(Collected data)
--- START ---

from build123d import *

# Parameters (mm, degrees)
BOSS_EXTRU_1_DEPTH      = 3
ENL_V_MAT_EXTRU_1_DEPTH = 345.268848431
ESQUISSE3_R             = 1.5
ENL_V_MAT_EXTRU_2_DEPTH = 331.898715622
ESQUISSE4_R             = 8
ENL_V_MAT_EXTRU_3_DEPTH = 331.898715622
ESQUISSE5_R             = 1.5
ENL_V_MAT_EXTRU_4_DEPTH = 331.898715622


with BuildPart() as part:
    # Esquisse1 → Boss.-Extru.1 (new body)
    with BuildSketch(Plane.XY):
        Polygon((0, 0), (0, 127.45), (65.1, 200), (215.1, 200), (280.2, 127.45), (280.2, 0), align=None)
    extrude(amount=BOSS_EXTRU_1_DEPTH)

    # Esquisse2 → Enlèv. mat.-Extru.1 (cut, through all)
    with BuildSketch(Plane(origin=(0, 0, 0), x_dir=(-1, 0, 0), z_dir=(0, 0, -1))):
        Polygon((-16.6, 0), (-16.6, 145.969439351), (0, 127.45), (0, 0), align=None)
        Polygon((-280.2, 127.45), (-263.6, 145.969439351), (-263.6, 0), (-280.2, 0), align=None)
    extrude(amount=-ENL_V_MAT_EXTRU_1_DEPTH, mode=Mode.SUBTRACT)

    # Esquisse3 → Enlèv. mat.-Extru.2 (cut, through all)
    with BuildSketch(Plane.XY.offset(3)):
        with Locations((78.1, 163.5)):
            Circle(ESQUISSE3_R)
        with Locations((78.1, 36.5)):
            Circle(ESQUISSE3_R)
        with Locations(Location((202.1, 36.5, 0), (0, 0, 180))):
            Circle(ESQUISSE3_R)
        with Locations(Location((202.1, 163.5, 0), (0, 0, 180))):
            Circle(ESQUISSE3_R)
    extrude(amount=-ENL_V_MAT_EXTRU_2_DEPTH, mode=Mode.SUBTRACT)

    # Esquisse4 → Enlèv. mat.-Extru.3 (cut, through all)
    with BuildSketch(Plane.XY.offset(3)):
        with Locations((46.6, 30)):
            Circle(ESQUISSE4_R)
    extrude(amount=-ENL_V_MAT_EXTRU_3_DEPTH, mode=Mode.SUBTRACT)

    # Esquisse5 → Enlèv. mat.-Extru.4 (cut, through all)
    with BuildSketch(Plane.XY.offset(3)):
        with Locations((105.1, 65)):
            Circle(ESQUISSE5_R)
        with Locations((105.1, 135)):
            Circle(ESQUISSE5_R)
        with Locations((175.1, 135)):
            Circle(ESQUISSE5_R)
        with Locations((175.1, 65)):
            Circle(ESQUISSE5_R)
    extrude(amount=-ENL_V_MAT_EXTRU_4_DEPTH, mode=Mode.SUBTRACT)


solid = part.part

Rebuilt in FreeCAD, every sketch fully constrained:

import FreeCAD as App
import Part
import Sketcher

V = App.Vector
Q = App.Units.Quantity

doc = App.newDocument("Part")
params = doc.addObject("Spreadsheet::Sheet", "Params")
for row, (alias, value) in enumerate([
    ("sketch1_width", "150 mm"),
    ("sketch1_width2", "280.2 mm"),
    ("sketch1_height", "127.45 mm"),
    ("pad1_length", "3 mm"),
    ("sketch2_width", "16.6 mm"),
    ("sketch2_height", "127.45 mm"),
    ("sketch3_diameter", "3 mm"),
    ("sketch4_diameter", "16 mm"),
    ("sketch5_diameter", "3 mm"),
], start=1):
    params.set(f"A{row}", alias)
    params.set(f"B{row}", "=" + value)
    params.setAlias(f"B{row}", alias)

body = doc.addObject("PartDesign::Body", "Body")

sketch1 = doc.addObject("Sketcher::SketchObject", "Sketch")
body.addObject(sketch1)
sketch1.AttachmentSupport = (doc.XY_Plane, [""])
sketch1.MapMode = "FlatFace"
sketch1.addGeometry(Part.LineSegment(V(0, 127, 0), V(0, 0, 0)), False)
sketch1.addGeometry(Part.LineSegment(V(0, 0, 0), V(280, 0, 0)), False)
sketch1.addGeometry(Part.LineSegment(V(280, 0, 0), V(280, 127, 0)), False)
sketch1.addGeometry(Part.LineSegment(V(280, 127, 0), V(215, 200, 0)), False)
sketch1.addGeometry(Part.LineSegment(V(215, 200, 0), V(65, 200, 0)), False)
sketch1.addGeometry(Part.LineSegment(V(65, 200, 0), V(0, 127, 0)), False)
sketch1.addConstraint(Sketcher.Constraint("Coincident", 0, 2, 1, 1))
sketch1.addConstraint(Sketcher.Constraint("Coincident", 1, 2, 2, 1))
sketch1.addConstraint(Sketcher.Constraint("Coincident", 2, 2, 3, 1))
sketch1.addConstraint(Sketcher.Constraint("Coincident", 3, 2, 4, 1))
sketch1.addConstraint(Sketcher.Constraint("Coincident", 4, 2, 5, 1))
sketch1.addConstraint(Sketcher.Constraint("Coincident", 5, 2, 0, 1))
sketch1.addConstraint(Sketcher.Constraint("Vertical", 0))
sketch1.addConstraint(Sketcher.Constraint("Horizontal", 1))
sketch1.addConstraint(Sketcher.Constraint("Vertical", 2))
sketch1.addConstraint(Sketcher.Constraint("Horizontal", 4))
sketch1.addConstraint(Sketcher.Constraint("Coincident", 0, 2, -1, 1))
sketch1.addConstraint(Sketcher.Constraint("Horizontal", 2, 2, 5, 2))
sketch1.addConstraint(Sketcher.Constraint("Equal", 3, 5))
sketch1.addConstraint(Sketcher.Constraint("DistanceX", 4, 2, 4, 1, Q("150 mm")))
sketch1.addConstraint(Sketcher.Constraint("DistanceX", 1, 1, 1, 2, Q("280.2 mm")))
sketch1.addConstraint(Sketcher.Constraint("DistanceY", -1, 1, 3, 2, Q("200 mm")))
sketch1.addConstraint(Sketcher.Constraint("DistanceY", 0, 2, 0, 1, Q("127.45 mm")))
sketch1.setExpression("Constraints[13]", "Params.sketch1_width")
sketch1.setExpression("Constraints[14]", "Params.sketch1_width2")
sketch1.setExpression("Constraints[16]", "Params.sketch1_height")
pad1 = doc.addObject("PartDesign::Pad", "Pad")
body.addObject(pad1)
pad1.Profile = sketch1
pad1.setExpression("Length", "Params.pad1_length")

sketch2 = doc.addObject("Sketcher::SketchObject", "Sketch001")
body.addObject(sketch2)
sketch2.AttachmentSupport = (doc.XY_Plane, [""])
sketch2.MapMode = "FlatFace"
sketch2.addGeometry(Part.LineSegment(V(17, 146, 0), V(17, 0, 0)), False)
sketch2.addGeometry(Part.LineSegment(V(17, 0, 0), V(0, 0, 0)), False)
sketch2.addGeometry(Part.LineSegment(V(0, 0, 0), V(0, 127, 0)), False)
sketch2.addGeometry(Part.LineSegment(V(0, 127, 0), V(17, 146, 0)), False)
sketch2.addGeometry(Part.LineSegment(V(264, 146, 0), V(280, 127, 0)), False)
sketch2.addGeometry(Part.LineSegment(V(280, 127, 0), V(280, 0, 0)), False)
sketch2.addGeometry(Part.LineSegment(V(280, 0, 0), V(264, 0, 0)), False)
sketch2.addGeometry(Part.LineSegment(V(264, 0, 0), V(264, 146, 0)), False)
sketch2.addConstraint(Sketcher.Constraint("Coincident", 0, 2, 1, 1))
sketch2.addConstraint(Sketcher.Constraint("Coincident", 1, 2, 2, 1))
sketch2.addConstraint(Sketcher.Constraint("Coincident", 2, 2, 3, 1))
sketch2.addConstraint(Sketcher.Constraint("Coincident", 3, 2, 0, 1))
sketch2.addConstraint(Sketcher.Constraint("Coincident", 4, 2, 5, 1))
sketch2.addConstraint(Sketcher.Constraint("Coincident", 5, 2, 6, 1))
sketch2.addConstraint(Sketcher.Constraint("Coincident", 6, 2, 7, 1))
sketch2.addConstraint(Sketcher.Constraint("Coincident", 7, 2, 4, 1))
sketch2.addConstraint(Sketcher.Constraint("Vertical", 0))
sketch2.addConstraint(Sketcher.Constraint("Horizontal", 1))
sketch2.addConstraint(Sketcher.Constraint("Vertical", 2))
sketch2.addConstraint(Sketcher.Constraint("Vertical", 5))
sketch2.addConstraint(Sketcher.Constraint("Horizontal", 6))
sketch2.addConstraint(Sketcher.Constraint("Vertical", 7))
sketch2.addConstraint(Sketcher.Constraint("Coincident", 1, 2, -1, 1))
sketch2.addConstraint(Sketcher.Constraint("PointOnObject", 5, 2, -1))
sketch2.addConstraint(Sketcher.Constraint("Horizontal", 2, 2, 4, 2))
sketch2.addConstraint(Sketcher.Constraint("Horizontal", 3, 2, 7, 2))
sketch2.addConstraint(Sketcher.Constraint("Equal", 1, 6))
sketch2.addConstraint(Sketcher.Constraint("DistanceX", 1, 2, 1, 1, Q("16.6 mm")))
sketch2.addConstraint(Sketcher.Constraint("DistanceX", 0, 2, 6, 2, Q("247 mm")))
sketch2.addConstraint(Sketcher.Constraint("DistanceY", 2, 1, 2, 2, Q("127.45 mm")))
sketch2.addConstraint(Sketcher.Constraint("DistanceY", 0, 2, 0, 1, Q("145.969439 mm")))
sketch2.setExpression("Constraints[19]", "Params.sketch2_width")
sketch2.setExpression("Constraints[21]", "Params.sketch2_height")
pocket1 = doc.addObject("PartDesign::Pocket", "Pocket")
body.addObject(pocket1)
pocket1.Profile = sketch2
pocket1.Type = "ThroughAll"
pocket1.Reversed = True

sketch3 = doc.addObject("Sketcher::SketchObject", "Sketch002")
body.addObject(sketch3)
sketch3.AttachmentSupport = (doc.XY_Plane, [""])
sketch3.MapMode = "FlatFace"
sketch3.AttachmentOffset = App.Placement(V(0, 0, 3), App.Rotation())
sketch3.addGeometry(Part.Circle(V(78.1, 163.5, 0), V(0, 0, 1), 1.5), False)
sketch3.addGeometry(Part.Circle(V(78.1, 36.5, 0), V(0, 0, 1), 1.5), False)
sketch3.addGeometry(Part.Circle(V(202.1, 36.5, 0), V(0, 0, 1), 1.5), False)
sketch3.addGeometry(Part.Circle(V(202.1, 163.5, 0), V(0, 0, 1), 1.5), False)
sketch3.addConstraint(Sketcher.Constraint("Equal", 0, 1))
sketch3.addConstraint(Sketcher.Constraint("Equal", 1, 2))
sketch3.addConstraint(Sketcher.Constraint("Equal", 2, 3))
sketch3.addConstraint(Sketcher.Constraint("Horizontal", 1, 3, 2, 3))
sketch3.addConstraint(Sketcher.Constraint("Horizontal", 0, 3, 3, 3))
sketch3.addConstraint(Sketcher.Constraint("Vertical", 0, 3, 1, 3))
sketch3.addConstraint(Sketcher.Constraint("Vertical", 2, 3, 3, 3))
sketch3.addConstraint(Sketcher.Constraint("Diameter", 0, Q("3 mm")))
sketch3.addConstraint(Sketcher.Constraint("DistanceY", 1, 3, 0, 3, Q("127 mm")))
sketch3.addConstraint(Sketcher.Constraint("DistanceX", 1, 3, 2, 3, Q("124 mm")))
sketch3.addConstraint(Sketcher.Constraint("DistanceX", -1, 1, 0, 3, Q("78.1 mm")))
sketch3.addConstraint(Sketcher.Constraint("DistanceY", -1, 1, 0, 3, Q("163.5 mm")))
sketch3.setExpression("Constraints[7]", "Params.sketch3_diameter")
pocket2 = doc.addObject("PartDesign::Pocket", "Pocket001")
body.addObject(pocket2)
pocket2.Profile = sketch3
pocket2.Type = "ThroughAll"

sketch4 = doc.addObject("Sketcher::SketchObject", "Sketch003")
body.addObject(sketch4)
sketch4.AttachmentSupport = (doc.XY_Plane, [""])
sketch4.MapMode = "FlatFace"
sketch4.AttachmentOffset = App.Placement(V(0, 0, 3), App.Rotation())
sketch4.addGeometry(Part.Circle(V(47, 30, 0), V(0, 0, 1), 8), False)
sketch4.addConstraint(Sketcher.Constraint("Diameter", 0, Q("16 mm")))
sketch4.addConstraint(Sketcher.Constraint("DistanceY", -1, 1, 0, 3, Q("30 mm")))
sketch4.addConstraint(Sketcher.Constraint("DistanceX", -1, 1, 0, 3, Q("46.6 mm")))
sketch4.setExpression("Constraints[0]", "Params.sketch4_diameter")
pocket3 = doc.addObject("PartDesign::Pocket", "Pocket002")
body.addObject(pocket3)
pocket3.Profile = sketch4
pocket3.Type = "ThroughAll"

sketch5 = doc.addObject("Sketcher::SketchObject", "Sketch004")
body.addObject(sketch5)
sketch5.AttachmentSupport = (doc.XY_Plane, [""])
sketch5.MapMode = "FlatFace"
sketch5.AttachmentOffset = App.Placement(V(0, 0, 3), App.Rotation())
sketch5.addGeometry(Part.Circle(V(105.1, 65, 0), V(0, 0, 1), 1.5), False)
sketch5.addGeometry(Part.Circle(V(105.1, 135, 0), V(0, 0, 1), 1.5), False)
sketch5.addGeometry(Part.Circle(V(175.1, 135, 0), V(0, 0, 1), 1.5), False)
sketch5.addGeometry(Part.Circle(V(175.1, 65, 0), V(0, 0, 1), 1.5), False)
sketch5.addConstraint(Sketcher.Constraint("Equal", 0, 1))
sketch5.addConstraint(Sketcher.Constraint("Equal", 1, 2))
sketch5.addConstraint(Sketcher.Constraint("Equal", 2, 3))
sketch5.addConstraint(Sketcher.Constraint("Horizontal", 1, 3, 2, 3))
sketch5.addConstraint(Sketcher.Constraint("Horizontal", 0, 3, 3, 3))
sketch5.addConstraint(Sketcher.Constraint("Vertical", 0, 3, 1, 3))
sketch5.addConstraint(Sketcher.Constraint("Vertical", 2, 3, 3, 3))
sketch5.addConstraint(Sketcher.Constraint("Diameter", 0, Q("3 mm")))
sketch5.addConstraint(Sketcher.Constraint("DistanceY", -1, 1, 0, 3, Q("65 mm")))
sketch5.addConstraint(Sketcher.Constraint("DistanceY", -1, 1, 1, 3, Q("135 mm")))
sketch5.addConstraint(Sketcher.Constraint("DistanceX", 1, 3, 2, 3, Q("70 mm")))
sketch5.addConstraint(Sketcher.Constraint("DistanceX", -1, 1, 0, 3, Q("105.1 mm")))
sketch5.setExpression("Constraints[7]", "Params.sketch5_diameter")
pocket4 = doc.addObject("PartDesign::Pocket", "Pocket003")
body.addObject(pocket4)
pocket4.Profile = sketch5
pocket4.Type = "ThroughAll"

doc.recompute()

--- END ---
--- START ---

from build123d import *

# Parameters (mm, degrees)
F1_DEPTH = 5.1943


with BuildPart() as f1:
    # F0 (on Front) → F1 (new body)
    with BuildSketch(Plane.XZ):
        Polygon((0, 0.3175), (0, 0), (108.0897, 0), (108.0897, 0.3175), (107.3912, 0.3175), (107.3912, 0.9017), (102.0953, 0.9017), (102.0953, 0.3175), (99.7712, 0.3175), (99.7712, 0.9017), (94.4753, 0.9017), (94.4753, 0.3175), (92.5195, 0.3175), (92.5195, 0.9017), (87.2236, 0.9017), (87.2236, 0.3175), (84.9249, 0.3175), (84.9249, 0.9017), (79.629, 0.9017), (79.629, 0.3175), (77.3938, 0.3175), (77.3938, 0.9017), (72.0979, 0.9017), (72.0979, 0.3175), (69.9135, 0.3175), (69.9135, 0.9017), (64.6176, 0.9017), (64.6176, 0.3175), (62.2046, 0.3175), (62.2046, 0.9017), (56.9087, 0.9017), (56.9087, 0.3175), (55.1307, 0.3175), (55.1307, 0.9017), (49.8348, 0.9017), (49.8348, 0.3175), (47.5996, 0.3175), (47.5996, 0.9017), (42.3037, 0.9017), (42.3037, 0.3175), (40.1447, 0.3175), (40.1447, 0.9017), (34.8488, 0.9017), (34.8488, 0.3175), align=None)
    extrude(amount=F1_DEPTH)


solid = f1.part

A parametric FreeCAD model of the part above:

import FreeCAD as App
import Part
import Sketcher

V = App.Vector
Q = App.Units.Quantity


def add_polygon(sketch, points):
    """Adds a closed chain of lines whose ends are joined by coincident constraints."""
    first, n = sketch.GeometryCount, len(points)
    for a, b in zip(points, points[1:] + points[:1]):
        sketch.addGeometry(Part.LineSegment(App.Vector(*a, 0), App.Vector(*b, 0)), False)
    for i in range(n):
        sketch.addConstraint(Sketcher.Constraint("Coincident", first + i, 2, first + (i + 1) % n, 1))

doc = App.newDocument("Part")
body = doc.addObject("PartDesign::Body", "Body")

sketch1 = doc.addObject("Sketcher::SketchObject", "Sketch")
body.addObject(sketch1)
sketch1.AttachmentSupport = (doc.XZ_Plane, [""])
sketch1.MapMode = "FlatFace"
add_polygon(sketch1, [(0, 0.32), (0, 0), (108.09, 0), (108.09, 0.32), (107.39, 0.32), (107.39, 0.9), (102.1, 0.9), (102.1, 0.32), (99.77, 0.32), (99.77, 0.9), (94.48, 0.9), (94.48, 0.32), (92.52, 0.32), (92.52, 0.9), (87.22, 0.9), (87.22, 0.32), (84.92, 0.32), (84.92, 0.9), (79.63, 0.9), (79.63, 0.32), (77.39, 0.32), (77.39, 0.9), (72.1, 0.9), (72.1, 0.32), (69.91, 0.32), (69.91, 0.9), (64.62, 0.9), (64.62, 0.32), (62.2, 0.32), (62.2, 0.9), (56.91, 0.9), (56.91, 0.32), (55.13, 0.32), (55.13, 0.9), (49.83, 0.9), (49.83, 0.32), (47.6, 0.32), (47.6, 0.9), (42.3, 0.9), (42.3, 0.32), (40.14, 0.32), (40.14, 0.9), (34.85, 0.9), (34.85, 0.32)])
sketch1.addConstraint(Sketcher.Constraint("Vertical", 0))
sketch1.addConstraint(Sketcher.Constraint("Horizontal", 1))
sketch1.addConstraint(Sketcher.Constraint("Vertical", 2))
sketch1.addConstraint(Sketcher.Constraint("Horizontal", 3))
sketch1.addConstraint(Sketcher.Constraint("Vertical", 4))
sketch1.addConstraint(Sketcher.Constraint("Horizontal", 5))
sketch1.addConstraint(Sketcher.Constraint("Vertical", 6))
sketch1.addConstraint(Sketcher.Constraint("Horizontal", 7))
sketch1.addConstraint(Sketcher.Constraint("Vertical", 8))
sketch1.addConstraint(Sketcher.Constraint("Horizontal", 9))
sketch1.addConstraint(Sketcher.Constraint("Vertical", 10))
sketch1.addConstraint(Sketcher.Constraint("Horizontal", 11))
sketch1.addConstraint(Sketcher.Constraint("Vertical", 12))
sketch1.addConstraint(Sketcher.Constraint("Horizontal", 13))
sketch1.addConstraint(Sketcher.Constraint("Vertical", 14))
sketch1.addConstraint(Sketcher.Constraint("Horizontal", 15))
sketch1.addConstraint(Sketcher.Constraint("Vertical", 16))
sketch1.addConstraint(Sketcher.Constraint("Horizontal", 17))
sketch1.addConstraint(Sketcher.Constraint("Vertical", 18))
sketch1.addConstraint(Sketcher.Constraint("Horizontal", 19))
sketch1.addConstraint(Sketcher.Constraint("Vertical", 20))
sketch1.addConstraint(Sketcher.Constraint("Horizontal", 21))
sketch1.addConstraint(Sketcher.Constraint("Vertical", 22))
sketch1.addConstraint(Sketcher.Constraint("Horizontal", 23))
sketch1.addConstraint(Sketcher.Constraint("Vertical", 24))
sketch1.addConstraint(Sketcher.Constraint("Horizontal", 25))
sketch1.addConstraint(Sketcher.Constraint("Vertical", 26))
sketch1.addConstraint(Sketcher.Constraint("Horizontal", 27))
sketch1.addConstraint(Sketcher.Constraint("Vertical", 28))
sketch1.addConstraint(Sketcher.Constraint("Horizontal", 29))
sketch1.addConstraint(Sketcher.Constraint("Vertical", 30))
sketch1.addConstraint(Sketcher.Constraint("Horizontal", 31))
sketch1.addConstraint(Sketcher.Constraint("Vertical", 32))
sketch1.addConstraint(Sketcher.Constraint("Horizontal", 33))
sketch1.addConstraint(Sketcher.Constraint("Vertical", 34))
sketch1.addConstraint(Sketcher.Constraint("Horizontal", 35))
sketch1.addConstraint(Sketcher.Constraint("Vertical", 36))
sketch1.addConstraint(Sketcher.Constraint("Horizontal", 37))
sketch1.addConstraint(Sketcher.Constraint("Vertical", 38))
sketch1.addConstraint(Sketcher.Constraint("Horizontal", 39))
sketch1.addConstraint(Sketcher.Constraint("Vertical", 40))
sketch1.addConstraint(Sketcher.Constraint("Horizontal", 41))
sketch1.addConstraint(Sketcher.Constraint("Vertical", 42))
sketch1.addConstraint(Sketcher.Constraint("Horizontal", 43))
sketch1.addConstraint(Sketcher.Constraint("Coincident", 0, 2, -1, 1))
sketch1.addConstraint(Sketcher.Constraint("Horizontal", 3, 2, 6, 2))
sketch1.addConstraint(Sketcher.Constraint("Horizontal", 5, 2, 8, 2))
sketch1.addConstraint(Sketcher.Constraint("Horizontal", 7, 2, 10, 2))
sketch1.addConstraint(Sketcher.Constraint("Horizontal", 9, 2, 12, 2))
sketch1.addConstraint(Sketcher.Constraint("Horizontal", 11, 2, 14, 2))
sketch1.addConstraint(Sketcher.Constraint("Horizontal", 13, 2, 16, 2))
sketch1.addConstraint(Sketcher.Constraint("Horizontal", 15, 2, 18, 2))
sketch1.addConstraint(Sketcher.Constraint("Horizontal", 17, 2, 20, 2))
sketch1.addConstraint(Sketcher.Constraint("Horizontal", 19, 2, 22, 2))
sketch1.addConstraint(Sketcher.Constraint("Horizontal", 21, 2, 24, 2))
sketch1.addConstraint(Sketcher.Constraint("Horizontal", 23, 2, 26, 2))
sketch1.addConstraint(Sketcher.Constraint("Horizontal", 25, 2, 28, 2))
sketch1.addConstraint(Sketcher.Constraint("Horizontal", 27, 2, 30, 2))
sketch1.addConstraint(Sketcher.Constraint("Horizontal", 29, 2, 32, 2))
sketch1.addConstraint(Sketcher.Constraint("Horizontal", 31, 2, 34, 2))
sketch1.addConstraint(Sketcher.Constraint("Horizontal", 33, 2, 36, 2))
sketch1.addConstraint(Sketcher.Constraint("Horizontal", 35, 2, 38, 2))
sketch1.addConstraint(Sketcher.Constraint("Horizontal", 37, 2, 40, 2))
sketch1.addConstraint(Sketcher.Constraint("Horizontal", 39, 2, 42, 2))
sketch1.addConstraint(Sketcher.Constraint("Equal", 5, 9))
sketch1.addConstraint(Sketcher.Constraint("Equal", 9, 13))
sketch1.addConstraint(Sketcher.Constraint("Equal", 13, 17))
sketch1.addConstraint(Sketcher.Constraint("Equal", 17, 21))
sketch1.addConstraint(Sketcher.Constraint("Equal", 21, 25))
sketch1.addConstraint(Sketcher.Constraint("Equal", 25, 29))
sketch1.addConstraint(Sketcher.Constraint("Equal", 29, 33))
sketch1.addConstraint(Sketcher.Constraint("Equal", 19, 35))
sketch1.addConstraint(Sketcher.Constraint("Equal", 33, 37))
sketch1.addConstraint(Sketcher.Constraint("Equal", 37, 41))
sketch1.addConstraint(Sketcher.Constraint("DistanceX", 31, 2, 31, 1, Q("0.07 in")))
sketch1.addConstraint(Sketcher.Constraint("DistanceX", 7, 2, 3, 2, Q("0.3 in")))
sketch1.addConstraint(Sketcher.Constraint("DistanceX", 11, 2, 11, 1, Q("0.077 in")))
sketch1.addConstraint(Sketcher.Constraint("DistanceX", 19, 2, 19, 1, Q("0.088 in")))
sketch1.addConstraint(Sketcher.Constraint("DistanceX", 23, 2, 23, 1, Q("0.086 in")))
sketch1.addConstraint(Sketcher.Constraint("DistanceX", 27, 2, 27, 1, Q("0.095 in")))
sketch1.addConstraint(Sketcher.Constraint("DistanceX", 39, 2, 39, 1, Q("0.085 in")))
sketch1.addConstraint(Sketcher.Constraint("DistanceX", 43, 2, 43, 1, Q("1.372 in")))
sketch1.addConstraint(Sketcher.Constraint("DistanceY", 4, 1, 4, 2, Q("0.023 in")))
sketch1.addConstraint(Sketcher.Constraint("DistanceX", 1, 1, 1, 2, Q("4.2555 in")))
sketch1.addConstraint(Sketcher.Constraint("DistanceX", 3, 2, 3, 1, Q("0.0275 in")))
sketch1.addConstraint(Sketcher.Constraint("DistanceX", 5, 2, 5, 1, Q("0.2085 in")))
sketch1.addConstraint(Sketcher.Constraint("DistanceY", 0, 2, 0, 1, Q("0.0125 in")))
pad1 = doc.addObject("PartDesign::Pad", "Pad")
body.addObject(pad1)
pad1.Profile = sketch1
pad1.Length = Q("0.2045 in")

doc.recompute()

--- END ---

What you should do: Give back exactly the lines above starting at the line where "solid = f1.part" appears and ending at the line where "A parametric FreeCAD" appears, both included, with no other lines.

Result of this exercise:
solid = f1.part

A parametric FreeCAD model of the part above:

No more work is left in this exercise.